Cessna sued for skydiving accident.
"Peter Clark" wrote in message
...
On Tue, 04 Dec 2007 01:04:47 GMT, "Blueskies"
wrote:
"Peter Clark" wrote in message
. ..
On Tue, 04 Dec 2007 00:43:07 GMT, "Blueskies"
wrote:
The original post to this thread stated "The airplane is not certified for flight into known ice, although the plane
in
question did have boots."
So, it seems this plane is *not* certified for flight into known ice. If it is flown into icing conditions, but no
pireps reported ice, is the pilot or is Cessna responsible if the plane crashes?
The Cessna Caravan 208 and 208B have TCDS entries and AOM/POH
procedures and equipment requirements for flight into known icing. How
can that aircraft NOT be certified for flight into known icing? What
specifically am I missing here? Is someone trying to say that the
Caravan in question, even though it posessed boots, was somehow
delivered in a configuration that did not include the rest of the
known icing package? That's a completely different read than how I
took the OP, "[The Cessna Caravan] is not certified for flight into
known ice, although the plane in question did have boots."
Don't know, can't say. I do know some planes have boots et al and are still not certified for flight into *known* ice.
As soon as someone pireps 'ice' the plane cannot legally fly in..

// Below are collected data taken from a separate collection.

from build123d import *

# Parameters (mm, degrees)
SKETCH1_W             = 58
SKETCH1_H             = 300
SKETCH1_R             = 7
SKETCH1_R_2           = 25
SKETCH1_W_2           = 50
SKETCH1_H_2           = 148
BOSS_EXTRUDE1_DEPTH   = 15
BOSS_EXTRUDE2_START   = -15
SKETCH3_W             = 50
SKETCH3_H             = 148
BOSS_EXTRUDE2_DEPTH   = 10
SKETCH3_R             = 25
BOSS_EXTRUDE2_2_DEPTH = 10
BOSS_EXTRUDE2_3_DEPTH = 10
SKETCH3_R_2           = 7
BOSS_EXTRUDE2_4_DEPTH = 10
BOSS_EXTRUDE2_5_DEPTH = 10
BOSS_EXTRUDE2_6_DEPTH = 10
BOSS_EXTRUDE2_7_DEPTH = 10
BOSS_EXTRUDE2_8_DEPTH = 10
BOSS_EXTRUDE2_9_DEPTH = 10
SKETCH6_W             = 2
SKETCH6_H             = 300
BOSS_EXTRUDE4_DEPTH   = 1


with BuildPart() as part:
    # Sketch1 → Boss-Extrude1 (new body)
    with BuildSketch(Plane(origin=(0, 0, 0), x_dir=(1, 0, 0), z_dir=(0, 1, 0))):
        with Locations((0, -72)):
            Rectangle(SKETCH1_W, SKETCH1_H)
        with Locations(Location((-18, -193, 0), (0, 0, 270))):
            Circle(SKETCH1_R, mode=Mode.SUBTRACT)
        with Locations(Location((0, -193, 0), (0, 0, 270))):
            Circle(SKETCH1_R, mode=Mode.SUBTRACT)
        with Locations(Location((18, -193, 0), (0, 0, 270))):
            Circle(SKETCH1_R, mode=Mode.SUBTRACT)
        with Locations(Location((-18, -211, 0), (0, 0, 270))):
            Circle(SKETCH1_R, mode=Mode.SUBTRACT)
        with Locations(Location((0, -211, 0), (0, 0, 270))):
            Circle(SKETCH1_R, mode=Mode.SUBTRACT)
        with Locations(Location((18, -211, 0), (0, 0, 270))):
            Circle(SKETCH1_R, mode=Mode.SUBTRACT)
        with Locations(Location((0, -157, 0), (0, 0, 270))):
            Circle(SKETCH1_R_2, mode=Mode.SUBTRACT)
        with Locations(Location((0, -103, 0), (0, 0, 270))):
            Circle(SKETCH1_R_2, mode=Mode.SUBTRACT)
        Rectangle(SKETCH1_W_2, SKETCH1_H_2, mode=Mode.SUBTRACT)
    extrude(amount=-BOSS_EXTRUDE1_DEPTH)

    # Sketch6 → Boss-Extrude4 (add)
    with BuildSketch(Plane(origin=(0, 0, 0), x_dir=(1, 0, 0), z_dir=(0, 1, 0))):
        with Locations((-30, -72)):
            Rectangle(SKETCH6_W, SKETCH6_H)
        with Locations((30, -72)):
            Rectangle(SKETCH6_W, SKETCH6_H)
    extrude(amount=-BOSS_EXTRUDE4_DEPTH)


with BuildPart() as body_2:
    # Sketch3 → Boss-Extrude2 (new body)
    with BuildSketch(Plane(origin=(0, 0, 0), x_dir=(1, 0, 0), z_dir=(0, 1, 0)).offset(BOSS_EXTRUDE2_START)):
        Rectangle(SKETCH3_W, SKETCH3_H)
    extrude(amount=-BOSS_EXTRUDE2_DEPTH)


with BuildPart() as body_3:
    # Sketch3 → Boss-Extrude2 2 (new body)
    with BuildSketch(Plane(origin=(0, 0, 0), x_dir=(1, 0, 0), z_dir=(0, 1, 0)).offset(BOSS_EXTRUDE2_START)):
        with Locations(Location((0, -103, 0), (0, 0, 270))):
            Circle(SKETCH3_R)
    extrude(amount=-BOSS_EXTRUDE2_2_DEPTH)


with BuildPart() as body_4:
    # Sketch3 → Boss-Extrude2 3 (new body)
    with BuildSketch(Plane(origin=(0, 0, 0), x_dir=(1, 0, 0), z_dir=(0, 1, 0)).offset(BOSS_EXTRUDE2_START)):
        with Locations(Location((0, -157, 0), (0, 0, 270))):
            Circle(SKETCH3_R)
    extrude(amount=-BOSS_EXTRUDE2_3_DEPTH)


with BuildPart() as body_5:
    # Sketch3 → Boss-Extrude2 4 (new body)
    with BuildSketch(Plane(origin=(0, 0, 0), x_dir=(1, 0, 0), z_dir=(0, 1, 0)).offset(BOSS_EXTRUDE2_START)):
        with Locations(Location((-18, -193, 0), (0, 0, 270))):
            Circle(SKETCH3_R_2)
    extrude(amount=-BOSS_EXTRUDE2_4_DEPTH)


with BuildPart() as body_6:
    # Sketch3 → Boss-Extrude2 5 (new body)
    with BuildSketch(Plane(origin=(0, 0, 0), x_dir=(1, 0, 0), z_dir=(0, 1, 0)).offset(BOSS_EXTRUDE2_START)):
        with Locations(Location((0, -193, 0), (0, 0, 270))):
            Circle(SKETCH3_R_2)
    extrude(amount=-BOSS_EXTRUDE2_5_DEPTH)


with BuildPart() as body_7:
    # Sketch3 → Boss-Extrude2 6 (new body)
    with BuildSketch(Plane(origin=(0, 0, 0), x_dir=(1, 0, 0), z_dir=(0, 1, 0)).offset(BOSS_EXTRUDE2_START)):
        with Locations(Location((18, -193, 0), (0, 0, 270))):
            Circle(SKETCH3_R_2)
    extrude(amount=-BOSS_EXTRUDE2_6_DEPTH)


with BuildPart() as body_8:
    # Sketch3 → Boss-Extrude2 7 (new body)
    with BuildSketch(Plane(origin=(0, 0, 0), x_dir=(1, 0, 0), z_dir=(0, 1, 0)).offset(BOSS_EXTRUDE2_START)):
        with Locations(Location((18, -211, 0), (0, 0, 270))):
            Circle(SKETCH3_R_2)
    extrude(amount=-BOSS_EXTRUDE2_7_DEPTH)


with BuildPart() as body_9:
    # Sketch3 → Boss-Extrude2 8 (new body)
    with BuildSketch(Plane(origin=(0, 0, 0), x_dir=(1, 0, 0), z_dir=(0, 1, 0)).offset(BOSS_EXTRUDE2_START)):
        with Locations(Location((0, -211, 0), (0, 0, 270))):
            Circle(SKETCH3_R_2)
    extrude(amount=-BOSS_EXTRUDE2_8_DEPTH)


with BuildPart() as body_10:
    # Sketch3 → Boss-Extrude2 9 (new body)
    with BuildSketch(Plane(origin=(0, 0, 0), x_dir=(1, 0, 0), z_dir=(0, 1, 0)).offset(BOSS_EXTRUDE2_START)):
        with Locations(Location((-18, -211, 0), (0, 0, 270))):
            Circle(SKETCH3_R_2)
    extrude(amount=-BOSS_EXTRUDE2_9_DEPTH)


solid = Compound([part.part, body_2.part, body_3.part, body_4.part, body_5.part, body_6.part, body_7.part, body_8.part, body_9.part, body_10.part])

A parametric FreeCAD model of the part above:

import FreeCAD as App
import Part
import Sketcher

V = App.Vector


def add_polygon(sketch, points):
    """Adds a closed chain of lines whose ends are joined by coincident constraints."""
    first, n = sketch.GeometryCount, len(points)
    for a, b in zip(points, points[1:] + points[:1]):
        sketch.addGeometry(Part.LineSegment(App.Vector(*a, 0), App.Vector(*b, 0)), False)
    for i in range(n):
        sketch.addConstraint(Sketcher.Constraint("Coincident", first + i, 2, first + (i + 1) % n, 1))

doc = App.newDocument("Part")
params = doc.addObject("Spreadsheet::Sheet", "Params")
for row, (alias, value) in enumerate([
    ("sketch1_diameter", "14 mm"),
    ("sketch1_diameter2", "50 mm"),
    ("sketch1_width", "58 mm"),
    ("sketch1_width2", "50 mm"),
    ("sketch1_height", "300 mm"),
    ("pad1_length", "15 mm"),
    ("sketch2_width", "2 mm"),
    ("sketch2_height", "300 mm"),
    ("pad2_length", "1 mm"),
    ("sketch3_width", "50 mm"),
    ("sketch3_height", "148 mm"),
    ("pad3_length", "10 mm"),
    ("sketch4_diameter", "50 mm"),
    ("pad4_length", "10 mm"),
    ("sketch5_diameter", "50 mm"),
    ("pad5_length", "10 mm"),
    ("sketch6_diameter", "14 mm"),
    ("pad6_length", "10 mm"),
    ("sketch7_diameter", "14 mm"),
    ("pad7_length", "10 mm"),
    ("sketch8_diameter", "14 mm"),
    ("pad8_length", "10 mm"),
    ("sketch9_diameter", "14 mm"),
    ("pad9_length", "10 mm"),
    ("sketch10_diameter", "14 mm"),
    ("pad10_length", "10 mm"),
    ("sketch11_diameter", "14 mm"),
    ("pad11_length", "10 mm"),
], start=1):
    params.set(f"A{row}", alias)
    params.set(f"B{row}", "=" + value)
    params.setAlias(f"B{row}", alias)

body = doc.addObject("PartDesign::Body", "Body")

Yes, and those aircraft do not have TCDS entries et al covering flight
into known icing. They have POH supplements covering their
"Inadvertant icing exit equipment". But the Cessna Caravan type
certainly has known ice certification.
Doesn't look like all Caravans have ice protection installed...
Just looked up the TCDS:
"Compliance with ice protection has been demonstrated in accordance with § 23.1419 when ice
protection equipment is installed in accordance with the airplane equipment list and is operated per
the Pilot's Operating Handbook and FAA Approved Airplane Flight Manual."